[Dataset excerpts]
--
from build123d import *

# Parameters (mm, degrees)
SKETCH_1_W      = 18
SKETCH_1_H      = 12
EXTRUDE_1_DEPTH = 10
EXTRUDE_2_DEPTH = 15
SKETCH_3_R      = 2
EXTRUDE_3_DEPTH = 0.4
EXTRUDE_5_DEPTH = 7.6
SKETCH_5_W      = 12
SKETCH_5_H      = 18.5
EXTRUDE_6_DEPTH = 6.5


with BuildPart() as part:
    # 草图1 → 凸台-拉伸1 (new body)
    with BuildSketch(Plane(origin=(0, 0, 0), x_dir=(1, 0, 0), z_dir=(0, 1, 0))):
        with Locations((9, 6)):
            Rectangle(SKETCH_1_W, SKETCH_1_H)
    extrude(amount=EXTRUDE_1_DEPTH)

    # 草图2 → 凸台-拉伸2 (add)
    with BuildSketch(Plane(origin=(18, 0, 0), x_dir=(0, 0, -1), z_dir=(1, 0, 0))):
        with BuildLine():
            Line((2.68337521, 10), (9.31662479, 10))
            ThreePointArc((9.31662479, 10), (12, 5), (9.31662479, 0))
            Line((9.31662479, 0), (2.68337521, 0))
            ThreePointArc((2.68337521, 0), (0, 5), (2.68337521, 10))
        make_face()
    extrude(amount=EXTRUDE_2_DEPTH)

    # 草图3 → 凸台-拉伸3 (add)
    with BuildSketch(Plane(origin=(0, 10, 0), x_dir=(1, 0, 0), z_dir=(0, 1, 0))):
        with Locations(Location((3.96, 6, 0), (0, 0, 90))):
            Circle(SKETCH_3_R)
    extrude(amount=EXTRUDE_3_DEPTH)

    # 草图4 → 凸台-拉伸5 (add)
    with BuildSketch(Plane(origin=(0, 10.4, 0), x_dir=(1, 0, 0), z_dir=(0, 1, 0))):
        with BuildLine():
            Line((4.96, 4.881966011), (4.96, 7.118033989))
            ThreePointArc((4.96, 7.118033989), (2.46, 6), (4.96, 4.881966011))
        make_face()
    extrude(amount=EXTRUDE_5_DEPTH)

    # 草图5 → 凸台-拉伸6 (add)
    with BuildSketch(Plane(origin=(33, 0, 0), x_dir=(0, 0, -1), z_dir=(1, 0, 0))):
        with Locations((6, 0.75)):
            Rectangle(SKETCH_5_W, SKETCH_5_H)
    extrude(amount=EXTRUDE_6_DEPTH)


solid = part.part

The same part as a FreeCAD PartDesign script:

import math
import FreeCAD as App
import Part
import Sketcher


def add_polygon(sketch, points):
    """Adds a closed chain of lines whose ends are joined by coincident constraints."""
    first, n = sketch.GeometryCount, len(points)
    for a, b in zip(points, points[1:] + points[:1]):
        sketch.addGeometry(Part.LineSegment(App.Vector(*a, 0), App.Vector(*b, 0)), False)
    for i in range(n):
        sketch.addConstraint(Sketcher.Constraint("Coincident", first + i, 2, first + (i + 1) % n, 1))

doc = App.newDocument("Part")
body = doc.addObject("PartDesign::Body", "Body")

sketch1 = body.newObject("Sketcher::SketchObject", "Sketch")
sketch1.AttachmentSupport = (doc.getObject("XZ_Plane"), [""])
sketch1.MapMode = "FlatFace"
add_polygon(sketch1, [(0, -12), (0, 0), (18, 0), (18, -12)])
sketch1.addConstraint([
    Sketcher.Constraint("Vertical", 0),
    Sketcher.Constraint("Horizontal", 1),
    Sketcher.Constraint("Vertical", 2),
    Sketcher.Constraint("Horizontal", 3),
    Sketcher.Constraint("Coincident", 0, 2, -1, 1),
    Sketcher.Constraint("DistanceX", 1, 1, 1, 2, 18.0),
    Sketcher.Constraint("DistanceY", 0, 1, 0, 2, 12.0),
])
pad1 = body.newObject("PartDesign::Pad", "Pad")
pad1.Profile = sketch1
pad1.Length = 10
pad1.Reversed = True

sketch2 = body.newObject("Sketcher::SketchObject", "Sketch001")
sketch2.AttachmentSupport = (doc.getObject("YZ_Plane"), [""])
sketch2.MapMode = "FlatFace"
sketch2.AttachmentOffset = App.Placement(App.Vector(0, 0, 18), App.Rotation())
sketch2.addGeometry([
    Part.LineSegment(App.Vector(10, -9, 0), App.Vector(10, -3, 0)),
    Part.ArcOfCircle(Part.Circle(App.Vector(5, -6, 0), App.Vector(0, 0, 1), 6), math.radians(34), math.radians(146)),
    Part.LineSegment(App.Vector(0, -3, 0), App.Vector(0, -9, 0)),
    Part.ArcOfCircle(Part.Circle(App.Vector(5, -6, 0), App.Vector(0, 0, 1), 6), math.radians(-146), math.radians(-34)),
], False)
sketch2.addConstraint([
    Sketcher.Constraint("Coincident", 0, 2, 1, 1),
    Sketcher.Constraint("Coincident", 1, 2, 2, 1),
    Sketcher.Constraint("Coincident", 2, 2, 3, 1),
    Sketcher.Constraint("Coincident", 3, 2, 0, 1),
    Sketcher.Constraint("Vertical", 0),
    Sketcher.Constraint("Vertical", 2),
    Sketcher.Constraint("Coincident", 3, 3, 1, 3),
    Sketcher.Constraint("Equal", 1, 3),
    Sketcher.Constraint("PointOnObject", 1, 2, -2),
    Sketcher.Constraint("Horizontal", 0, 2, 1, 2),
    Sketcher.Constraint("Radius", 1, 6.0),
    Sketcher.Constraint("DistanceX", -1, 1, 1, 3, 5.0),
    Sketcher.Constraint("DistanceY", 1, 3, -1, 1, 6.0),
])
pad2 = body.newObject("PartDesign::Pad", "Pad001")
pad2.Profile = sketch2
pad2.Length = 15

sketch3 = body.newObject("Sketcher::SketchObject", "Sketch002")
sketch3.AttachmentSupport = (doc.getObject("XZ_Plane"), [""])
sketch3.MapMode = "FlatFace"
sketch3.AttachmentOffset = App.Placement(App.Vector(0, 0, -10), App.Rotation())
sketch3.addGeometry(Part.Circle(App.Vector(4, -6, 0), App.Vector(0, 0, 1), 2), False)
sketch3.addConstraint([
    Sketcher.Constraint("Diameter", 0, 4.0),
    Sketcher.Constraint("DistanceY", 0, 3, -1, 1, 6.0),
    Sketcher.Constraint("DistanceX", -1, 1, 0, 3, 3.96),
])
pad3 = body.newObject("PartDesign::Pad", "Pad002")
pad3.Profile = sketch3
pad3.Length = 0.4
pad3.Reversed = True

sketch4 = body.newObject("Sketcher::SketchObject", "Sketch003")
sketch4.AttachmentSupport = (doc.getObject("XZ_Plane"), [""])
sketch4.MapMode = "FlatFace"
sketch4.AttachmentOffset = App.Placement(App.Vector(0, 0, -10.4), App.Rotation())
sketch4.addGeometry([
    Part.LineSegment(App.Vector(5, -4.9, 0), App.Vector(5, -7.1, 0)),
    Part.ArcOfCircle(Part.Circle(App.Vector(4, -6, 0), App.Vector(0, 0, 1), 1.5), math.radians(48), math.radians(312)),
], False)
sketch4.addConstraint([
    Sketcher.Constraint("Coincident", 0, 1, 1, 1),
    Sketcher.Constraint("Coincident", 1, 2, 0, 2),
    Sketcher.Constraint("Vertical", 0),
    Sketcher.Constraint("Radius", 1, 1.5),
    Sketcher.Constraint("DistanceY", 1, 3, -1, 1, 6.0),
    Sketcher.Constraint("DistanceX", 1, 3, 0, 1, 1.0),
    Sketcher.Constraint("DistanceX", -1, 1, 1, 3, 3.96),
])
pad4 = body.newObject("PartDesign::Pad", "Pad003")
pad4.Profile = sketch4
pad4.Length = 7.6
pad4.Reversed = True

sketch5 = body.newObject("Sketcher::SketchObject", "Sketch004")
sketch5.AttachmentSupport = (doc.getObject("YZ_Plane"), [""])
sketch5.MapMode = "FlatFace"
sketch5.AttachmentOffset = App.Placement(App.Vector(0, 0, 33), App.Rotation())
add_polygon(sketch5, [(10, 0), (-8, 0), (-8, -12), (10, -12)])
sketch5.addConstraint([
    Sketcher.Constraint("Horizontal", 0),
    Sketcher.Constraint("Vertical", 1),
    Sketcher.Constraint("Horizontal", 2),
    Sketcher.Constraint("Vertical", 3),
    Sketcher.Constraint("PointOnObject", 0, 2, -1),
    Sketcher.Constraint("DistanceY", 1, 2, 1, 1, 12.0),
    Sketcher.Constraint("DistanceX", 0, 2, 0, 1, 18.5),
    Sketcher.Constraint("DistanceX", -1, 1, 2, 2, 10.0),
])
pad5 = body.newObject("PartDesign::Pad", "Pad004")
pad5.Profile = sketch5
pad5.Length = 6.5

doc.recompute()
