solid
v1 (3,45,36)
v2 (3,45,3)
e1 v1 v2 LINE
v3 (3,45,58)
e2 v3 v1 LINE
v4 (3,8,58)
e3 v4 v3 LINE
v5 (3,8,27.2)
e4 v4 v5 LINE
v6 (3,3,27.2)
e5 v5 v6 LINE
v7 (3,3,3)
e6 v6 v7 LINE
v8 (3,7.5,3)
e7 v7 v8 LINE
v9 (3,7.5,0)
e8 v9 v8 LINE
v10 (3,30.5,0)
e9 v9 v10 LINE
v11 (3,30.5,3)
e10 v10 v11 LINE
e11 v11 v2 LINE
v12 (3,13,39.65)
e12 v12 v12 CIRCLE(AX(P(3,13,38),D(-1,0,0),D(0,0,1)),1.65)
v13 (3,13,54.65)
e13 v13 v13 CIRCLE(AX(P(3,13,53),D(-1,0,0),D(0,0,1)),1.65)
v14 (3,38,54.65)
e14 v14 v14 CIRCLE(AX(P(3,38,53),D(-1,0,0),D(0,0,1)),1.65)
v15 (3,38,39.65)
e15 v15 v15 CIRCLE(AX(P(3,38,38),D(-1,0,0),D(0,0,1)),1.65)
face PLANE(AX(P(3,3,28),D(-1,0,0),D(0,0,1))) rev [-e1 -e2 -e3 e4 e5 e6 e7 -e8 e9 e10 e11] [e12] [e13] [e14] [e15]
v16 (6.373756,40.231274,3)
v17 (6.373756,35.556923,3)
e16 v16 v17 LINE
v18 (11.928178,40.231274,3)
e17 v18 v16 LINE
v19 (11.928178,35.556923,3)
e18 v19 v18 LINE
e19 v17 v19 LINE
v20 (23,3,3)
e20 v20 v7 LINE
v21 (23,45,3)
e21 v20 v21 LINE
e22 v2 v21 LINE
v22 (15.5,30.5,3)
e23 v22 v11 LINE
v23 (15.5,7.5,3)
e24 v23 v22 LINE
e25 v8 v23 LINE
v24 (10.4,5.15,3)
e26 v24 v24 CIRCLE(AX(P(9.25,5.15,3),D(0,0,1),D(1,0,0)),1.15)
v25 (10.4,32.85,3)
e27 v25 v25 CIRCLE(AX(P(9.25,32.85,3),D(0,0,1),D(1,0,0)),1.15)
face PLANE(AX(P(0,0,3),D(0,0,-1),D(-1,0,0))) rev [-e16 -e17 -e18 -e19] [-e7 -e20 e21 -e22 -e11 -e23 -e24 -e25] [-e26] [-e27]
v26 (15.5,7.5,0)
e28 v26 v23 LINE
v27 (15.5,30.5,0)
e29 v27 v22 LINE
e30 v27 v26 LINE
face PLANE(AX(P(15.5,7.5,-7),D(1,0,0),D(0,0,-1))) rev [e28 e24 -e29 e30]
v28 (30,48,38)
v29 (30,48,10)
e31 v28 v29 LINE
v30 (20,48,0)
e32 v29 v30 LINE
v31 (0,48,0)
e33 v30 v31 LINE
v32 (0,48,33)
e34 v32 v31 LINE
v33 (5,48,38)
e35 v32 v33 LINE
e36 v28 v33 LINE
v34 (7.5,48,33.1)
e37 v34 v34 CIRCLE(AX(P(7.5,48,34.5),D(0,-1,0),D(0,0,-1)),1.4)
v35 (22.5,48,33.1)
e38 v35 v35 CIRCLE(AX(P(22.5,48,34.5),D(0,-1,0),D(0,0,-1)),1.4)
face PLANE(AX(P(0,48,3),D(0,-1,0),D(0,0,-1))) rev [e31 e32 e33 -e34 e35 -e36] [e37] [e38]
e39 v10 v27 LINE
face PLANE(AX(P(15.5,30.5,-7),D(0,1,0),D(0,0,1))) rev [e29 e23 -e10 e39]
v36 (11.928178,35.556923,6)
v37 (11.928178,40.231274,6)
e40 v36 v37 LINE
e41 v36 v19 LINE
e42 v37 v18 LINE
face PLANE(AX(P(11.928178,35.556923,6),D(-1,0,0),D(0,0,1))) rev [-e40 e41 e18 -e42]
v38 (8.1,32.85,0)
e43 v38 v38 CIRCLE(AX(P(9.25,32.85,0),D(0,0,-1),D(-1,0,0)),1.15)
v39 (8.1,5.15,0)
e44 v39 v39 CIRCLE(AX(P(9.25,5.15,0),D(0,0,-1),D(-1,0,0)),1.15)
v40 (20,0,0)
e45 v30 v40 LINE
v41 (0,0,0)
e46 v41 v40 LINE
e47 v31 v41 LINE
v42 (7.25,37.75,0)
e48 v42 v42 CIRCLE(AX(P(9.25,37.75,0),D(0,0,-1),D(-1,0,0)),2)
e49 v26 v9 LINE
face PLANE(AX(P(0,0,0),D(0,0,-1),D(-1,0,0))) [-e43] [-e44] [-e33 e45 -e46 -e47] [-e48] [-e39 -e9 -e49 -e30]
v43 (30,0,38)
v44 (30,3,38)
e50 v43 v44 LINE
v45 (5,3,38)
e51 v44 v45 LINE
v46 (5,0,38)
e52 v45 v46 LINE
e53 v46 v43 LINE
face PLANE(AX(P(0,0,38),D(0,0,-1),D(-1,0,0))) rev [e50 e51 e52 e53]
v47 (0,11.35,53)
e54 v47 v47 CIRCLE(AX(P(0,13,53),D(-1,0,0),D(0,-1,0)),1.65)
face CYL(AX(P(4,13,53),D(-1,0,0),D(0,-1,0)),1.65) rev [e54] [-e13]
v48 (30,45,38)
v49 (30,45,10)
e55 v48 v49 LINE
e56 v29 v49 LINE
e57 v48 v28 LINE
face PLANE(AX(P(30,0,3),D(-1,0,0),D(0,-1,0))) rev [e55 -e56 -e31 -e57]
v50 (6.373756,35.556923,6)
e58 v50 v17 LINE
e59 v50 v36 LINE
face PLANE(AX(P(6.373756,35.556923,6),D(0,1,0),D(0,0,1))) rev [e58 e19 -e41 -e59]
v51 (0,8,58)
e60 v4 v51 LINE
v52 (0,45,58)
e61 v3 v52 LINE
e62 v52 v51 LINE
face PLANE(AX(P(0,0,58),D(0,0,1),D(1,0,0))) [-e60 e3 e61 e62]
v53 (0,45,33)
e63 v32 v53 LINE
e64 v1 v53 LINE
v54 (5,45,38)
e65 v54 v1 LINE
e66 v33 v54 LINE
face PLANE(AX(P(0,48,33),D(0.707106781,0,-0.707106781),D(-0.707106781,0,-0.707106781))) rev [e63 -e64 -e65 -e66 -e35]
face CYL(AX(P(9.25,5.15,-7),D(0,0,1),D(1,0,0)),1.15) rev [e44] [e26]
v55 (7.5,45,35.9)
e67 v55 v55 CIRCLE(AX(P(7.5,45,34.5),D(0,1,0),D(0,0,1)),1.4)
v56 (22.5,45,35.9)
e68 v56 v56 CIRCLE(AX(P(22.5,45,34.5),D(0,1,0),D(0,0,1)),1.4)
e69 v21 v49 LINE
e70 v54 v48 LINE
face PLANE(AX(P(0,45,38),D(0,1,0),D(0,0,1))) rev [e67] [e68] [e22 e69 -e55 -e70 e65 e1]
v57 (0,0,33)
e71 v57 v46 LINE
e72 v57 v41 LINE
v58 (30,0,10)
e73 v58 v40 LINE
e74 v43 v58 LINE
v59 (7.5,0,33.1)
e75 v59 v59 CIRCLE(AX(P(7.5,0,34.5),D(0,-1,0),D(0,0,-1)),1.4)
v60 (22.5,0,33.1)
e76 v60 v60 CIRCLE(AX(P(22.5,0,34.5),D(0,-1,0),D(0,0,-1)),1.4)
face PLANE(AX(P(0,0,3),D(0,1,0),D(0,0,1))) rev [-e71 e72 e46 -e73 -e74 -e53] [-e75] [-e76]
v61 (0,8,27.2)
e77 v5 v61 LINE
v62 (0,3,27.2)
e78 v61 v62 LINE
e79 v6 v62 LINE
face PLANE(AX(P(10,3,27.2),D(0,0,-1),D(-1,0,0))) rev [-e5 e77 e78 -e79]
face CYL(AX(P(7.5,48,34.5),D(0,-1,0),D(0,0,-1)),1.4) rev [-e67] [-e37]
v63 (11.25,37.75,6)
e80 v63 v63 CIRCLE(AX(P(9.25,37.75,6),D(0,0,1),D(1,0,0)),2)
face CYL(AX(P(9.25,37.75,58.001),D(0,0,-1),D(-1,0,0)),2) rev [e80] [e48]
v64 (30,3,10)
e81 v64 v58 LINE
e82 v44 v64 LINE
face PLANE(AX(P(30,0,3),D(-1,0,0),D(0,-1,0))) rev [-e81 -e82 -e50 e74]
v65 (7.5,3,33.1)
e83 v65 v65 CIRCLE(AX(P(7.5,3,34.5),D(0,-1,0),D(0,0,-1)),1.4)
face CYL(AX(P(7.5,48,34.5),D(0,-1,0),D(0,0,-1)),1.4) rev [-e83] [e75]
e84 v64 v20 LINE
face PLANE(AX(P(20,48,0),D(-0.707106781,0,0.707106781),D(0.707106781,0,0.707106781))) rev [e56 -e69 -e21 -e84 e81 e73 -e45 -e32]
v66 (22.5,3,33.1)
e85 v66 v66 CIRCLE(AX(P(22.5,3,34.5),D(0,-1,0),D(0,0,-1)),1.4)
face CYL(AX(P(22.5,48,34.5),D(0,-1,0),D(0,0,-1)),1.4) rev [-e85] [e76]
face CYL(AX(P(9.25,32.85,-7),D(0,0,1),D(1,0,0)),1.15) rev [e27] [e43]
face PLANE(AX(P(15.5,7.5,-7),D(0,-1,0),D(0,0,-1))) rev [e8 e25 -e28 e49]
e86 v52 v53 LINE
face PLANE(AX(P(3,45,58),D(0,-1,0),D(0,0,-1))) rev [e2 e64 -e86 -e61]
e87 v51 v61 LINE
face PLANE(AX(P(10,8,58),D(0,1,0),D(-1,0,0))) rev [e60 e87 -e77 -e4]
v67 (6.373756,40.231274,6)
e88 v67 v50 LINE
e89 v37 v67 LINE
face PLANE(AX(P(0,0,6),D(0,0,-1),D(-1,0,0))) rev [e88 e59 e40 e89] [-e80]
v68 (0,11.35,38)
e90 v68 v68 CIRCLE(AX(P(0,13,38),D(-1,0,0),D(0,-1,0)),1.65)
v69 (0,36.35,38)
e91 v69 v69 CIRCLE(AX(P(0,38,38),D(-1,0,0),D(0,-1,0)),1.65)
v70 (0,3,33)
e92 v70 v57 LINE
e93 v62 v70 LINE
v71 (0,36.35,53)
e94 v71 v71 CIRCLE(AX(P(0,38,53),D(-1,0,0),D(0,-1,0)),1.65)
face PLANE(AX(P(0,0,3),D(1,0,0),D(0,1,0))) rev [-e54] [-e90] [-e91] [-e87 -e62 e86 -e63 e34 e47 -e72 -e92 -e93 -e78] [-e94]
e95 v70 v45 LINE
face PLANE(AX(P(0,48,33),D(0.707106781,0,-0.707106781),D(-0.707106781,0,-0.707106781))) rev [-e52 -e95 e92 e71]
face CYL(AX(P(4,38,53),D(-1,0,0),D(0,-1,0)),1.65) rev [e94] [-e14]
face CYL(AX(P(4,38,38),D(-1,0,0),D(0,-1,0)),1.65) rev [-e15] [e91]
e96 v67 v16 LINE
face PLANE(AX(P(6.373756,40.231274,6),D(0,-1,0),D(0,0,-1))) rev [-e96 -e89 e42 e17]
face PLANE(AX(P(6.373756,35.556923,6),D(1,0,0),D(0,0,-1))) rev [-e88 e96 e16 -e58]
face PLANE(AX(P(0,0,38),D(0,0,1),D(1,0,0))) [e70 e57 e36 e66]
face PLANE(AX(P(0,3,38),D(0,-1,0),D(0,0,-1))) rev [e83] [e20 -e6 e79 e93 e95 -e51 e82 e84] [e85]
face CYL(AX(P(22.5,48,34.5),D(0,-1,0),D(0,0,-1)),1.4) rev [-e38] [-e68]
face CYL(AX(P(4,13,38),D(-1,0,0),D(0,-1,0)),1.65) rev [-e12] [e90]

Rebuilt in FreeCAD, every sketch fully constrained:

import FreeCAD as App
import Part
import Sketcher

V = App.Vector
Q = App.Units.Quantity


def add_polygon(sketch, points):
    """Adds a closed chain of lines whose ends are joined by coincident constraints."""
    first, n = sketch.GeometryCount, len(points)
    for a, b in zip(points, points[1:] + points[:1]):
        sketch.addGeometry(Part.LineSegment(App.Vector(*a, 0), App.Vector(*b, 0)), False)
    for i in range(n):
        sketch.addConstraint(Sketcher.Constraint("Coincident", first + i, 2, first + (i + 1) % n, 1))

doc = App.newDocument("Part")
body = doc.addObject("PartDesign::Body", "Body")

# Sketch on XY plane
sketch1 = body.newObject("Sketcher::SketchObject", "Sketch")
sketch1.AttachmentSupport = (doc.getObject("XY_Plane"), [""])
sketch1.MapMode = "FlatFace"
add_polygon(sketch1, [(0, 48), (0, 0), (30, 0), (30, 48)])  # lines 0-3
sketch1.addConstraint([
    Sketcher.Constraint("Vertical", 0),
    Sketcher.Constraint("Horizontal", 1),
    Sketcher.Constraint("Vertical", 2),
    Sketcher.Constraint("Horizontal", 3),
    Sketcher.Constraint("Coincident", 0, 2, -1, 1),
    Sketcher.Constraint("DistanceX", 1, 1, 1, 2, Q("30 mm")),
    Sketcher.Constraint("DistanceY", 0, 2, 0, 1, Q("48 mm")),
])
pad1 = body.newObject("PartDesign::Pad", "Pad")
pad1.Profile = sketch1
pad1.Length = 3

# Sketch on XY plane
sketch2 = body.newObject("Sketcher::SketchObject", "Sketch001")
sketch2.AttachmentSupport = (doc.getObject("XY_Plane"), [""])
sketch2.MapMode = "FlatFace"
sketch2.AttachmentOffset = App.Placement(V(0, 0, 3), App.Rotation())
add_polygon(sketch2, [(0, 48), (0, 45), (30, 45), (30, 48)])  # lines 0-3
add_polygon(sketch2, [(0, 3), (0, 0), (30, 0), (30, 3)])  # lines 4-7
sketch2.addConstraint([
    Sketcher.Constraint("Vertical", 0),
    Sketcher.Constraint("Horizontal", 1),
    Sketcher.Constraint("Vertical", 2),
    Sketcher.Constraint("Horizontal", 3),
    Sketcher.Constraint("Vertical", 4),
    Sketcher.Constraint("Horizontal", 5),
    Sketcher.Constraint("Vertical", 6),
    Sketcher.Constraint("Horizontal", 7),
    Sketcher.Constraint("Coincident", 4, 2, -1, 1),
    Sketcher.Constraint("PointOnObject", 0, 2, -2),
    Sketcher.Constraint("Vertical", 2, 2, 5, 2),
    Sketcher.Constraint("Equal", 2, 4),
    Sketcher.Constraint("DistanceX", 1, 1, 1, 2, Q("30 mm")),
    Sketcher.Constraint("DistanceY", 0, 2, 0, 1, Q("3 mm")),
    Sketcher.Constraint("DistanceY", -1, 1, 0, 2, Q("45 mm")),
])
pad2 = body.newObject("PartDesign::Pad", "Pad001")
pad2.Profile = sketch2
pad2.Length = 35

# Sketch on XZ plane
sketch3 = body.newObject("Sketcher::SketchObject", "Sketch002")
sketch3.AttachmentSupport = (doc.getObject("XZ_Plane"), [""])
sketch3.MapMode = "FlatFace"
add_polygon(sketch3, [(0, 33), (5, 38), (0, 38)])  # lines 0-2
sketch3.addConstraint([
    Sketcher.Constraint("Horizontal", 1),
    Sketcher.Constraint("Vertical", 2),
    Sketcher.Constraint("PointOnObject", 1, 2, -2),
    Sketcher.Constraint("Equal", 1, 2),
    Sketcher.Constraint("DistanceX", 1, 2, 1, 1, Q("5 mm")),
    Sketcher.Constraint("DistanceY", -1, 1, 0, 2, Q("38 mm")),
])
pocket1 = body.newObject("PartDesign::Pocket", "Pocket")
pocket1.Profile = sketch3
pocket1.Type = "ThroughAll"

# Sketch on XZ plane
sketch4 = body.newObject("Sketcher::SketchObject", "Sketch003")
sketch4.AttachmentSupport = (doc.getObject("XZ_Plane"), [""])
sketch4.MapMode = "FlatFace"
add_polygon(sketch4, [(30, 10), (20, 0), (30, 0)])  # lines 0-2
sketch4.addConstraint([
    Sketcher.Constraint("Horizontal", 1),
    Sketcher.Constraint("Vertical", 2),
    Sketcher.Constraint("PointOnObject", 0, 2, -1),
    Sketcher.Constraint("Equal", 1, 2),
    Sketcher.Constraint("DistanceX", 1, 1, 1, 2, Q("10 mm")),
    Sketcher.Constraint("DistanceX", -1, 1, 0, 2, Q("20 mm")),
])
pocket2 = body.newObject("PartDesign::Pocket", "Pocket001")
pocket2.Profile = sketch4
pocket2.Type = "ThroughAll"

# Sketch on XY plane
sketch5 = body.newObject("Sketcher::SketchObject", "Sketch004")
sketch5.AttachmentSupport = (doc.getObject("XY_Plane"), [""])
sketch5.MapMode = "FlatFace"
sketch5.AttachmentOffset = App.Placement(V(0, 0, 3), App.Rotation())
add_polygon(sketch5, [(0, 45), (0, 3), (3, 3), (3, 45)])  # lines 0-3
sketch5.addConstraint([
    Sketcher.Constraint("Vertical", 0),
    Sketcher.Constraint("Horizontal", 1),
    Sketcher.Constraint("Vertical", 2),
    Sketcher.Constraint("Horizontal", 3),
    Sketcher.Constraint("PointOnObject", 0, 2, -2),
    Sketcher.Constraint("DistanceX", 1, 1, 1, 2, Q("3 mm")),
    Sketcher.Constraint("DistanceY", 0, 2, 0, 1, Q("42 mm")),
--
Work instructions →
Using the data above, restate word for word the lines from its opening line through the line that contains "extrude(amount=EXTRUDE_5_DEPTH)", and no more.

Result of this task →
from build123d import *

# Parameters (mm, degrees)
SKETCH_1_W      = 18
SKETCH_1_H      = 12
EXTRUDE_1_DEPTH = 10
EXTRUDE_2_DEPTH = 15
SKETCH_3_R      = 2
EXTRUDE_3_DEPTH = 0.4
EXTRUDE_5_DEPTH = 7.6
SKETCH_5_W      = 12
SKETCH_5_H      = 18.5
EXTRUDE_6_DEPTH = 6.5


with BuildPart() as part:
    # 草图1 → 凸台-拉伸1 (new body)
    with BuildSketch(Plane(origin=(0, 0, 0), x_dir=(1, 0, 0), z_dir=(0, 1, 0))):
        with Locations((9, 6)):
            Rectangle(SKETCH_1_W, SKETCH_1_H)
    extrude(amount=EXTRUDE_1_DEPTH)

    # 草图2 → 凸台-拉伸2 (add)
    with BuildSketch(Plane(origin=(18, 0, 0), x_dir=(0, 0, -1), z_dir=(1, 0, 0))):
        with BuildLine():
            Line((2.68337521, 10), (9.31662479, 10))
            ThreePointArc((9.31662479, 10), (12, 5), (9.31662479, 0))
            Line((9.31662479, 0), (2.68337521, 0))
            ThreePointArc((2.68337521, 0), (0, 5), (2.68337521, 10))
        make_face()
    extrude(amount=EXTRUDE_2_DEPTH)

    # 草图3 → 凸台-拉伸3 (add)
    with BuildSketch(Plane(origin=(0, 10, 0), x_dir=(1, 0, 0), z_dir=(0, 1, 0))):
        with Locations(Location((3.96, 6, 0), (0, 0, 90))):
            Circle(SKETCH_3_R)
    extrude(amount=EXTRUDE_3_DEPTH)

    # 草图4 → 凸台-拉伸5 (add)
    with BuildSketch(Plane(origin=(0, 10.4, 0), x_dir=(1, 0, 0), z_dir=(0, 1, 0))):
        with BuildLine():
            Line((4.96, 4.881966011), (4.96, 7.118033989))
            ThreePointArc((4.96, 7.118033989), (2.46, 6), (4.96, 4.881966011))
        make_face()
    extrude(amount=EXTRUDE_5_DEPTH)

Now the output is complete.